Jamie has always placed a very high priority on the development of the next generations of geoscientists and has been active in mentoring geology undergraduate and graduate students at regional and national GSA meetings and in other venues, providing sound advice and strong encouragement to young people looking to successfully make their way in our profession.
Dr. Ian Campbell was noted for his outstanding contributions as a geoscientist, educator, administrator, and public servant and, while recognizing all of these contributions, the AGI Medal named in his honor is given in recognition of singular performance in and contribution to the geoscience profession, with emphasis on service to the geosciences. Dr. Jamie Robertson exemplifies the model of service to the geosciences provided by Dr. Campbell and this is a very appropriate honor to recognize his outstanding record of achievement and his long-time, impactful contributions as Wisconsin State Geologist, educator, mentor, and leader in the geoscience profession and, thus, he is a most deserving recipient of the 2020 American Geosciences Institute Medal in Memory of Ian Campbell for Superlative Service to the Geosciences.

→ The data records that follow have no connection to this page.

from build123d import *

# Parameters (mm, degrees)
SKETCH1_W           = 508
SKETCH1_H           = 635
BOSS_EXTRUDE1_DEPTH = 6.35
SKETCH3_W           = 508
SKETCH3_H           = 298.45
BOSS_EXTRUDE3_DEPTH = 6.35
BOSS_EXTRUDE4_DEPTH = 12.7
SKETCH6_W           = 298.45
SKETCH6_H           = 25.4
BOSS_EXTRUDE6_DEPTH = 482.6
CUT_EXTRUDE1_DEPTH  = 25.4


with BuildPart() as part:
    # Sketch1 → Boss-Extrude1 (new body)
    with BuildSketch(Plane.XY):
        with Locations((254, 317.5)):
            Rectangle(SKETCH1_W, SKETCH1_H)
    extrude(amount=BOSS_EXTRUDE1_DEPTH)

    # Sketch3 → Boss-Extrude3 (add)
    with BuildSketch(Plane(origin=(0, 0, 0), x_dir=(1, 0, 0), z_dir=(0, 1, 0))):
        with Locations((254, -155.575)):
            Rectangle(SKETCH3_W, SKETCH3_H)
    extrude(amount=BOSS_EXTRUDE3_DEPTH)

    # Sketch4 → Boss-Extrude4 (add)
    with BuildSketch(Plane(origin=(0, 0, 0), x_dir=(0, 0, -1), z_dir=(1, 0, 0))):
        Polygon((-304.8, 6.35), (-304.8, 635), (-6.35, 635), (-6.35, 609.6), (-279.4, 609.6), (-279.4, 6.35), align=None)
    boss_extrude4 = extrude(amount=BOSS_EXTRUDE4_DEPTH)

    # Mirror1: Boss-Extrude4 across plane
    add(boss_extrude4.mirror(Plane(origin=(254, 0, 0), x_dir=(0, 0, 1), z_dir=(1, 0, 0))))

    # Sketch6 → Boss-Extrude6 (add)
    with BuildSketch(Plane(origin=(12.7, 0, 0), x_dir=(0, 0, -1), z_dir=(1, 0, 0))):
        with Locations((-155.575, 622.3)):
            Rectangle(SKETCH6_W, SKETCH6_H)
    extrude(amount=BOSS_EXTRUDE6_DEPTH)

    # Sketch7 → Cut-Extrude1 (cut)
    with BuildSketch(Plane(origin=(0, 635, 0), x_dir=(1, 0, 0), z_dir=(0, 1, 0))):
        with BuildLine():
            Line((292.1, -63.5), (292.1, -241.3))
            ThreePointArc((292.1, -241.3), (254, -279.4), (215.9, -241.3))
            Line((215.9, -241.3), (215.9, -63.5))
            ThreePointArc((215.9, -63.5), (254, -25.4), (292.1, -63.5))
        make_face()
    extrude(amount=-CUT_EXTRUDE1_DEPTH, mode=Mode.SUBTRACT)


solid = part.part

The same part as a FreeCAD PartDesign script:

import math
import FreeCAD as App
import Part
import Sketcher
from FreeCAD import Vector
Q = App.Units.Quantity


def add_polygon(sketch, points):
    """Adds a closed chain of lines whose ends are joined by coincident constraints."""
    first, n = sketch.GeometryCount, len(points)
    for a, b in zip(points, points[1:] + points[:1]):
        sketch.addGeometry(Part.LineSegment(App.Vector(*a, 0), App.Vector(*b, 0)), False)
    for i in range(n):
        sketch.addConstraint(Sketcher.Constraint("Coincident", first + i, 2, first + (i + 1) % n, 1))

doc = App.newDocument("Part")
body = doc.addObject("PartDesign::Body", "Body")

sketch1 = body.newObject("Sketcher::SketchObject", "Sketch")
sketch1.AttachmentSupport = (doc.getObject("XY_Plane"), [""])
sketch1.MapMode = "FlatFace"
add_polygon(sketch1, [(0, 635), (0, 0), (508, 0), (508, 635)])
sketch1.addConstraint([
    Sketcher.Constraint("Vertical", 0),
    Sketcher.Constraint("Horizontal", 1),
    Sketcher.Constraint("Vertical", 2),
    Sketcher.Constraint("Horizontal", 3),
    Sketcher.Constraint("Coincident", 0, 2, -1, 1),
    Sketcher.Constraint("DistanceX", 1, 1, 1, 2, Q("20 in")),
    Sketcher.Constraint("DistanceY", 0, 2, 0, 1, Q("25 in")),
])
pad1 = body.newObject("PartDesign::Pad", "Pad")
pad1.Profile = sketch1
pad1.Length = Q("0.25 in")

sketch2 = body.newObject("Sketcher::SketchObject", "Sketch001")
sketch2.AttachmentSupport = (doc.getObject("XZ_Plane"), [""])
sketch2.MapMode = "FlatFace"
add_polygon(sketch2, [(0, 6), (0, 305), (508, 305), (508, 6)])
sketch2.addConstraint([
    Sketcher.Constraint("Vertical", 0),
    Sketcher.Constraint("Horizontal", 1),
    Sketcher.Constraint("Vertical", 2),
    Sketcher.Constraint("Horizontal", 3),
    Sketcher.Constraint("PointOnObject", 0, 2, -2),
    Sketcher.Constraint("DistanceX", 1, 1, 1, 2, Q("20 in")),
    Sketcher.Constraint("DistanceY", -1, 1, 0, 2, Q("12 in")),
    Sketcher.Constraint("DistanceY", 0, 1, 0, 2, Q("11.75 in")),
])
pad2 = body.newObject("PartDesign::Pad", "Pad001")
pad2.Profile = sketch2
pad2.Length = Q("0.25 in")
pad2.Reversed = True

sketch3 = body.newObject("Sketcher::SketchObject", "Sketch002")
sketch3.AttachmentSupport = (doc.getObject("YZ_Plane"), [""])
sketch3.MapMode = "FlatFace"
add_polygon(sketch3, [(635, 305), (6, 305), (6, 279), (610, 279), (610, 6), (635, 6)])
sketch3.addConstraint([
    Sketcher.Constraint("Horizontal", 0),
    Sketcher.Constraint("Vertical", 1),
    Sketcher.Constraint("Horizontal", 2),
    Sketcher.Constraint("Vertical", 3),
    Sketcher.Constraint("Horizontal", 4),
    Sketcher.Constraint("Vertical", 5),
    Sketcher.Constraint("Equal", 4, 1),
    Sketcher.Constraint("DistanceX", 4, 1, 4, 2, Q("1 in")),
    Sketcher.Constraint("DistanceY", -1, 1, 0, 2, Q("12 in")),
    Sketcher.Constraint("DistanceX", -1, 1, 2, 2, Q("24 in")),
    Sketcher.Constraint("DistanceX", 0, 2, 0, 1, Q("24.75 in")),
    Sketcher.Constraint("DistanceY", 3, 2, 3, 1, Q("10.75 in")),
])
pad3 = body.newObject("PartDesign::Pad", "Pad002")
pad3.Profile = sketch3
pad3.Length = Q("0.5 in")
doc.recompute()

datumplane = body.newObject("PartDesign::Plane", "DatumPlane")
datumplane.AttachmentSupport = (doc.getObject("YZ_Plane"), [""])
datumplane.MapMode = "FlatFace"
datumplane.AttachmentOffset = App.Placement(Vector(0, 0, 10 * 25.4), App.Rotation())
mirrored = body.newObject("PartDesign::Mirrored", "Mirrored")
mirrored.Originals = [pad3]
mirrored.MirrorPlane = (datumplane, [""])
body.Tip = mirrored

sketch4 = body.newObject("Sketcher::SketchObject", "Sketch003")
sketch4.AttachmentSupport = (doc.getObject("YZ_Plane"), [""])
sketch4.MapMode = "FlatFace"
sketch4.AttachmentOffset = App.Placement(Vector(0, 0, 0.5 * 25.4), App.Rotation())
add_polygon(sketch4, [(635, 305), (610, 305), (610, 6), (635, 6)])
sketch4.addConstraint([
    Sketcher.Constraint("Horizontal", 0),
    Sketcher.Constraint("Vertical", 1),
    Sketcher.Constraint("Horizontal", 2),
    Sketcher.Constraint("Vertical", 3),
    Sketcher.Constraint("DistanceX", 0, 2, 0, 1, Q("1 in")),
    Sketcher.Constraint("DistanceX", -1, 1, 0, 2, Q("24 in")),
    Sketcher.Constraint("DistanceY", -1, 1, 0, 2, Q("12 in")),
    Sketcher.Constraint("DistanceY", 1, 2, 1, 1, Q("11.75 in")),
])
pad4 = body.newObject("PartDesign::Pad", "Pad003")
pad4.Profile = sketch4
pad4.Length = Q("19 in")

sketch5 = body.newObject("Sketcher::SketchObject", "Sketch004")
sketch5.AttachmentSupport = (doc.getObject("XZ_Plane"), [""])
sketch5.MapMode = "FlatFace"
sketch5.AttachmentOffset = App.Placement(Vector(0, 0, -25 * 25.4), App.Rotation())
sketch5.addGeometry([
    Part.LineSegment(Vector(292, 241, 0), Vector(292, 64, 0)),
    Part.ArcOfCircle(Part.Circle(Vector(254, 64, 0), Vector(0, 0, 1), 38), math.radians(180), math.radians(360)),
    Part.LineSegment(Vector(216, 64, 0), Vector(216, 241, 0)),
    Part.ArcOfCircle(Part.Circle(Vector(254, 241, 0), Vector(0, 0, 1), 38), math.radians(0), math.radians(180)),
], False)
sketch5.addConstraint([
    Sketcher.Constraint("Tangent", 0, 2, 1, 2),
    Sketcher.Constraint("Tangent", 1, 1, 2, 1),
    Sketcher.Constraint("Tangent", 2, 2, 3, 2),
    Sketcher.Constraint("Tangent", 3, 1, 0, 1),
    Sketcher.Constraint("Vertical", 0),
    Sketcher.Constraint("Vertical", 2),
    Sketcher.Constraint("Radius", 1, Q("1.5 in")),
    Sketcher.Constraint("DistanceY", 0, 2, 0, 1, Q("7 in")),
    Sketcher.Constraint("DistanceX", -1, 1, 1, 3, Q("10 in")),
    Sketcher.Constraint("DistanceY", -1, 1, 1, 3, Q("2.5 in")),
])
pocket1 = body.newObject("PartDesign::Pocket", "Pocket")
pocket1.Profile = sketch5
pocket1.Length = Q("1 in")
pocket1.Reversed = True

doc.recompute()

Response by James M. Robertson
I am honored and humbled to have been chosen the 2020 Ian Campbell Medalist. I certainly didn’t earn it by myself.
There are numerous colleagues who have helped me develop the friendships, skills, and confidence to function as a successful geoscientist and state survey director. My most special thanks go to Frank Kottlowski, former Director of the New Mexico Bureau of Mines & Mineral Resources, who first gave me the opportunity to become acquainted with an incredible organization called the Association of American State Geologists. The members of that group became my mentors, confidantes, and personal network whose collective wisdom, outlook and style showed me how it could be done. I have also enjoyed a number of long-standing professional and productive relationships with colleagues at the national level in geological societies, advisory committees, and the U. S. Geological Survey. Finally, I gratefully acknowledge the University of Wisconsin Extension Service to whom the WGNHS was administratively attached. That organization has a fundamental commitment to build and nurture what they call ‘capacity’ of individual citizens, local groups, county boards and commissions, and entire communities. By ‘capacity,’ they mean the ability to recognize, and effectively and responsibly deal with local issues and problems. It became obvious to me that successful state surveys should have a similar capacity-building commitment albeit with a relevant geological component. Communicating clearly and respectfully with all survey customers is an essential element in capacity building, and I have emphasized this throughout my career.
All of these individuals and organizations have helped shape who I am and what I have tried to accomplish.